Nambaster, this search brings up Federal Power-Shok and Remington Express Core-Lokt, but when I select either of them, 250 savage is not in the list of calibers.



> $.88 per piece you can't beat that.... http://www.grafs.com/retail/catalog/...roductId/25337


 This only helps me if I learn to reload, correct?

Thanks again for your help.


----------



## Critter (Mar 20, 2010)

Odds are that the barrels twist is 1:10 from the factory. 

Ammo, you are just going to have to be in the right place at the right time to find any. On line sales such as Gunbroker would be your best chance to find any. Just search for .250 Savage.


----------



## fishspook (Sep 21, 2007)

> Odds are that the barrels twist is 1:10 from the factory.
> 
> Ammo, you are just going to have to be in the right place at the right time to find any. On line sales such as Gunbroker would be your best chance to find any. Just search for .250 Savage.


Thanks Critter!


----------



## DallanC (Jan 13, 2009)

fishspook said:


> Fowlmouth, Is there a way to look this up somewhere?


Make a mark on a cleaning rod near the handle on the side. Insert the rod with a tight patch a few inches in the barrel. Make a mark on the rod at the muzzle. Insert the rod and watch it turn as the patch follows the rifling. when the first mark has turned 360 degrees stop, make a second mark on the cleaning rod a the muzzle.

Remove the rod, now measure the distance between the two marks you made at the muzzle. That's going to be your "1 in XXX" twist rate. Its easy enough to test on your own, more accurate than looking up in a book what it "should" be.

-DallanC


----------



## fishreaper (Jan 2, 2014)

A friend of mine has a .250 savage that belonged to his grandmother. Fairly certain it's an early Ruger m77. Apparently ammunition has always been hard to find for it. Near impossible at most stores. But if you can find it, I'd go ahead get as much brass out of it as you can and start reloading if possible. I'm 90% certain that the .22-250 is just a necked down .250 savage so necking the brass up could always be an option, however, I have no experience with such things.


----------



## Mtnbeer (Jul 15, 2012)

fishreaper said:


> A friend of mine has a .250 savage that belonged to his grandmother. Fairly certain it's an early Ruger m77. Apparently ammunition has always been hard to find for it. Near impossible at most stores. But if you can find it, I'd go ahead get as much brass out of it as you can and start reloading if possible. I'm 90% certain that the .22-250 is just a necked down .250 savage so necking the brass up could always be an option, however, I have no experience with such things.

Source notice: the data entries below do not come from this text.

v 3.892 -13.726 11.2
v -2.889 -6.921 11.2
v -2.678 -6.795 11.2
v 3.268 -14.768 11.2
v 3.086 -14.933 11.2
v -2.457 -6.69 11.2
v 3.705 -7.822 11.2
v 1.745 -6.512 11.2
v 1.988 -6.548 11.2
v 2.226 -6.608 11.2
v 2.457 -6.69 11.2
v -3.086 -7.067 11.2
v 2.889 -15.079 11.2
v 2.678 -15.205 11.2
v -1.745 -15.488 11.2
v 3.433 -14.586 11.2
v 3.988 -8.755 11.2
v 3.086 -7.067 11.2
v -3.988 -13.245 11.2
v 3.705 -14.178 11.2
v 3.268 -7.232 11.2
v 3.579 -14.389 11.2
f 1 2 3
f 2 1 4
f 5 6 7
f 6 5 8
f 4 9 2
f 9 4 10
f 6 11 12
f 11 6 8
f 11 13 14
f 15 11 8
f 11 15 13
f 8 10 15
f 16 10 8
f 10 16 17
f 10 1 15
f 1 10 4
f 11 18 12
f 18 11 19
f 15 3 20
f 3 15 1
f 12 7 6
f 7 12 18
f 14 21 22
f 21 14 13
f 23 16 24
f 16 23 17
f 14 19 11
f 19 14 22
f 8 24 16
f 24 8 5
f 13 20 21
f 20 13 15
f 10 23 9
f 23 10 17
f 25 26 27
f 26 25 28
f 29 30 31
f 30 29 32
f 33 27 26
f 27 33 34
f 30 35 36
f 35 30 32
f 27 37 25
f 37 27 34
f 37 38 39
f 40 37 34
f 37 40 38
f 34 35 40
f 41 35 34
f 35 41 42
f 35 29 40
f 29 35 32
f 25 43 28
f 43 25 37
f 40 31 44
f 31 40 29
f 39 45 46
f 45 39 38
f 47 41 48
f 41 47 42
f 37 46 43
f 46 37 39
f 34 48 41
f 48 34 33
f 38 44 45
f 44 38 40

Correct, 22-250 is just a necked down 250 Savage. If you can get a 250 Savage die set (plenty available online), can find 22-250 brass (also available online), and have a friend with a reloading press, you can have all the ammo you need.

Oh, and top of the page for me!


----------



## Nambaster (Nov 15, 2007)

fishspook said:


> Nambaster, this search brings up Federal Power-Shok and Remington Express Core-Lokt, but when I select either of them, 250 savage is not in the list of calibers.
> 
> This only helps me if I learn to reload, correct?
> 
> Thanks again for your help.


Ya either you learn how to reload or you find someone with the acquired skill.


----------